# ColorSnap™ for iPhone



## ewingpainting.net (Jun 2, 2008)

Can some one give me a review on this
ColorSnap™ for iPhone


----------



## johnpaint (Sep 20, 2008)

ewingpainting.net said:


> Can some one give me a review on this
> ColorSnap™ for iPhone


Do you have an Iphone yet?I will check it out.


----------



## johnpaint (Sep 20, 2008)

Hey thanks for letting me know about this, I downloaded it and it as cool as sliced bread.You can take a picture and pick what part of the picture you want to match, and it comes up with the color match, and also two other colors that would compliment. I can see me using this a lot.Now I'm going to have to clean the paint off my phone so I can show it to clients.


----------



## George Z (Apr 15, 2007)

The Benjamin Moore Catch-a-color


----------



## deach (May 11, 2008)

I'm curious to know how close it is in matching the existing colors. ie take a photo of a known color and see if renders the right color. Any feedback on this yet?


----------



## painttofish (Aug 28, 2007)

deach said:


> I'm curious to know how close it is in matching the existing colors. ie take a photo of a known color and see if renders the right color. Any feedback on this yet?



me too, do tell


----------



## johnpaint (Sep 20, 2008)

Well I tried both and they have a few things to work out. The colors you get on the phone don't look at all like the fan deck colors, so can't use it until they get that fixed. I think maybe after a few years they will have that worked out, at least it's a start in the right direction.


----------



## HeadHoncho (Apr 17, 2007)

Its a really neat app, i have not needed to use it yet. I think the only good thing about it is how it gives you nice accent colors. If your customer is having a hard time choosing accent colors, just snap a photo of the color they have and it will give the customer great color ideas for accent.


----------



## johnpaint (Sep 20, 2008)

gcajnr21 said:


> Its a really neat app, i have not needed to use it yet. I think the only good thing about it is how it gives you nice accent colors. If your customer is having a hard time choosing accent colors, just snap a photo of the color they have and it will give the customer great color ideas for accent.

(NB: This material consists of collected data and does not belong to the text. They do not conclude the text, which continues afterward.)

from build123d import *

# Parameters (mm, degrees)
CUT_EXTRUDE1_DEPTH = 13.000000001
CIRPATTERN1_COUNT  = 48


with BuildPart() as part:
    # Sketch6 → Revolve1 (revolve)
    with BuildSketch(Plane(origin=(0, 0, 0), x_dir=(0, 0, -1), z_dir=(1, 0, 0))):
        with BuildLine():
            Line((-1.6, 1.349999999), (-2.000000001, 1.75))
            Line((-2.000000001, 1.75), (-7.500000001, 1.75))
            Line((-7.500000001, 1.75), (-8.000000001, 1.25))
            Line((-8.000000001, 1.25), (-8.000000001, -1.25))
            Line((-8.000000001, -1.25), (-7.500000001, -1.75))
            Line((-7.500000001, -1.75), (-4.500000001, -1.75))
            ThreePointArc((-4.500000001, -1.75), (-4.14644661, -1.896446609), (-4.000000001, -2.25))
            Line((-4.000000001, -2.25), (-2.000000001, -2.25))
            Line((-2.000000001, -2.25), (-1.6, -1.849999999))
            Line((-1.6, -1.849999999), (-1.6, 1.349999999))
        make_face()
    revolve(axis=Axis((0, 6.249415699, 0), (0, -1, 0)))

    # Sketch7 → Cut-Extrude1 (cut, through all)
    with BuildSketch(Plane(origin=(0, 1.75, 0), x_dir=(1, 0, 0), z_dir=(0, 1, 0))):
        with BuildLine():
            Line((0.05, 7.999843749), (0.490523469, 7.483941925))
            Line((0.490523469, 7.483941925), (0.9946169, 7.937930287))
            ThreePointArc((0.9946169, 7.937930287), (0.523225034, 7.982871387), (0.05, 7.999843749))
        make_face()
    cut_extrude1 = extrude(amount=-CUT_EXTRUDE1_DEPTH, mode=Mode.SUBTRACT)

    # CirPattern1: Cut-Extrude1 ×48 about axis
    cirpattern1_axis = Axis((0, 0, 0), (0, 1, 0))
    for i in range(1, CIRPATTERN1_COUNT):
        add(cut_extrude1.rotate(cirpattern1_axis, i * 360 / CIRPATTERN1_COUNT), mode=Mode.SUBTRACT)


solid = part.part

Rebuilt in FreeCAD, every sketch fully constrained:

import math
import FreeCAD as App
import Part
import Sketcher
from FreeCAD import Vector

doc = App.newDocument("Part")
params = doc.addObject("Spreadsheet::Sheet", "Params")
for row, (alias, value) in enumerate([
    ("sketch1_radius", "0.5 mm"),
    ("sketch1_height", "3 mm"),
    ("sketch1_height2", "2 mm"),
    ("sketch1_width", "2.5 mm"),
    ("sketch1_width2", "3.2 mm"),
    ("revolution_angle", "360 deg"),
    ("sketch2_radius", "8 mm"),
], start=1):
    params.set(f"A{row}", alias)
    params.set(f"B{row}", "=" + value)
    params.setAlias(f"B{row}", alias)

body = doc.addObject("PartDesign::Body", "Body")

# Sketch on YZ plane
sketch1 = body.newObject("Sketcher::SketchObject", "Sketch")
sketch1.AttachmentSupport = (doc.getObject("YZ_Plane"), [""])
sketch1.MapMode = "FlatFace"
sketch1.addGeometry(Part.LineSegment(Vector(1.35, 1.6, 0), Vector(1.75, 2, 0)), False)
sketch1.addGeometry(Part.LineSegment(Vector(1.75, 2, 0), Vector(1.75, 7.5, 0)), False)
sketch1.addGeometry(Part.LineSegment(Vector(1.75, 7.5, 0), Vector(1.25, 8, 0)), False)
sketch1.addGeometry(Part.LineSegment(Vector(1.25, 8, 0), Vector(-1.25, 8, 0)), False)
sketch1.addGeometry(Part.LineSegment(Vector(-1.25, 8, 0), Vector(-1.75, 7.5, 0)), False)
sketch1.addGeometry(Part.LineSegment(Vector(-1.75, 7.5, 0), Vector(-1.75, 4.5, 0)), False)
sketch1.addGeometry(Part.ArcOfCircle(Part.Circle(Vector(-2.25, 4.5, 0), Vector(0, 0, 1), 0.5), math.radians(-90), math.radians(0)), False)
sketch1.addGeometry(Part.LineSegment(Vector(-2.25, 4, 0), Vector(-2.25, 2, 0)), False)
sketch1.addGeometry(Part.LineSegment(Vector(-2.25, 2, 0), Vector(-1.85, 1.6, 0)), False)
sketch1.addGeometry(Part.LineSegment(Vector(-1.85, 1.6, 0), Vector(1.35, 1.6, 0)), False)
sketch1.addConstraint(Sketcher.Constraint("Coincident", 0, 2, 1, 1))
sketch1.addConstraint(Sketcher.Constraint("Coincident", 1, 2, 2, 1))
sketch1.addConstraint(Sketcher.Constraint("Coincident", 2, 2, 3, 1))
sketch1.addConstraint(Sketcher.Constraint("Coincident", 3, 2, 4, 1))
sketch1.addConstraint(Sketcher.Constraint("Coincident", 4, 2, 5, 1))
sketch1.addConstraint(Sketcher.Constraint("Tangent", 5, 2, 6, 2))
sketch1.addConstraint(Sketcher.Constraint("Coincident", 6, 1, 7, 1))
sketch1.addConstraint(Sketcher.Constraint("Coincident", 7, 2, 8, 1))
sketch1.addConstraint(Sketcher.Constraint("Coincident", 8, 2, 9, 1))
sketch1.addConstraint(Sketcher.Constraint("Coincident", 9, 2, 0, 1))
sketch1.addConstraint(Sketcher.Constraint("Vertical", 1))
sketch1.addConstraint(Sketcher.Constraint("Horizontal", 3))
sketch1.addConstraint(Sketcher.Constraint("Vertical", 5))
sketch1.addConstraint(Sketcher.Constraint("Vertical", 7))
sketch1.addConstraint(Sketcher.Constraint("Horizontal", 9))
sketch1.addConstraint(Sketcher.Constraint("Symmetric", 1, 2, 4, 2, -2))
sketch1.addConstraint(Sketcher.Constraint("Perpendicular", 0, 2))
sketch1.addConstraint(Sketcher.Constraint("Perpendicular", 2, 4))
sketch1.addConstraint(Sketcher.Constraint("Perpendicular", 4, 8))
sketch1.addConstraint(Sketcher.Constraint("Horizontal", 0, 2, 7, 2))
sketch1.addConstraint(Sketcher.Constraint("Equal", 2, 4))
sketch1.addConstraint(Sketcher.Constraint("Radius", 6, 0.5))
sketch1.addConstraint(Sketcher.Constraint("DistanceY", 5, 2, 5, 1, 3.0))
sketch1.addConstraint(Sketcher.Constraint("DistanceY", 7, 2, 7, 1, 2.0))
sketch1.addConstraint(Sketcher.Constraint("DistanceX", 3, 2, 3, 1, 2.5))
sketch1.addConstraint(Sketcher.Constraint("DistanceX", 9, 1, 9, 2, 3.2))
sketch1.addConstraint(Sketcher.Constraint("DistanceY", -1, 1, 0, 2, 2.0))
sketch1.addConstraint(Sketcher.Constraint("DistanceY", -1, 1, 2, 2, 8.0))
sketch1.addConstraint(Sketcher.Constraint("DistanceX", 6, 1, 3, 2, 1.0))
sketch1.setExpression("Constraints[21]", "Params.sketch1_radius")
sketch1.setExpression("Constraints[22]", "Params.sketch1_height")
sketch1.setExpression("Constraints[23]", "Params.sketch1_height2")
sketch1.setExpression("Constraints[24]", "Params.sketch1_width")
sketch1.setExpression("Constraints[25]", "Params.sketch1_width2")
revolution = body.newObject("PartDesign::Revolution", "Revolution")
revolution.Profile = sketch1
revolution.ReferenceAxis = (sketch1, ["H_Axis"])
revolution.setExpression("Angle", "Params.revolution_angle")

# Sketch on XZ plane
sketch2 = body.newObject("Sketcher::SketchObject", "Sketch001")
sketch2.AttachmentSupport = (doc.getObject("XZ_Plane"), [""])
sketch2.MapMode = "FlatFace"
sketch2.AttachmentOffset = App.Placement(Vector(0, 0, -1.75), App.Rotation())
sketch2.addGeometry(Part.LineSegment(Vector(0.05, -7.999844, 0), Vector(0.490523, -7.483942, 0)), False)
sketch2.addGeometry(Part.LineSegment(Vector(0.490523, -7.483942, 0), Vector(0.994617, -7.93793, 0)), False)
sketch2.addGeometry(Part.ArcOfCircle(Part.Circle(Vector(0, 0, 0), Vector(0, 0, 1), 8), math.radians(-89.641899), math.radians(-82.858101)), False)
sketch2.addConstraint(Sketcher.Constraint("Coincident", 0, 2, 1, 1))
sketch2.addConstraint(Sketcher.Constraint("Coincident", 1, 2, 2, 2))
sketch2.addConstraint(Sketcher.Constraint("Coincident", 2, 1, 0, 1))
sketch2.addConstraint(Sketcher.Constraint("Coincident", 2, 3, -1, 1))
sketch2.addConstraint(Sketcher.Constraint("Equal", 0, 1))
sketch2.addConstraint(Sketcher.Constraint("Radius", 2, 8.0))
sketch2.addConstraint(Sketcher.Constraint("DistanceX", -1, 1, 2, 1, 0.05))
sketch2.addConstraint(Sketcher.Constraint("DistanceY", 2, 1, 0, 2, 0.515902))
sketch2.addConstraint(Sketcher.Constraint("Distance", 0, 0.678392))
sketch2.setExpression("Constraints[5]", "Params.sketch2_radius")
pocket1 = body.newObject("PartDesign::Pocket", "Pocket")
pocket1.Profile = sketch2
pocket1.Type = "ThroughAll"
pocket1.Reversed = True
doc.recompute()

polarpattern = body.newObject("PartDesign::PolarPattern", "PolarPattern")
polarpattern.Originals = [pocket1]
polarpattern.Axis = (doc.getObject("Y_Axis"), [""])
polarpattern.Angle = 360
polarpattern.Occurrences = 48
body.Tip = polarpattern

doc.recompute()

The problem with it is the colors on the iphone and the fan deck are way off, so whatever color you pick out it's not the same on the fan deck


----------



## tsunamicontract (May 3, 2008)

I had my benny moore store try it for me and we scanned a tree branch, obviously green. A nice forest green. All results were NOT GREEN. I can't see myself using that feature any time soon.


----------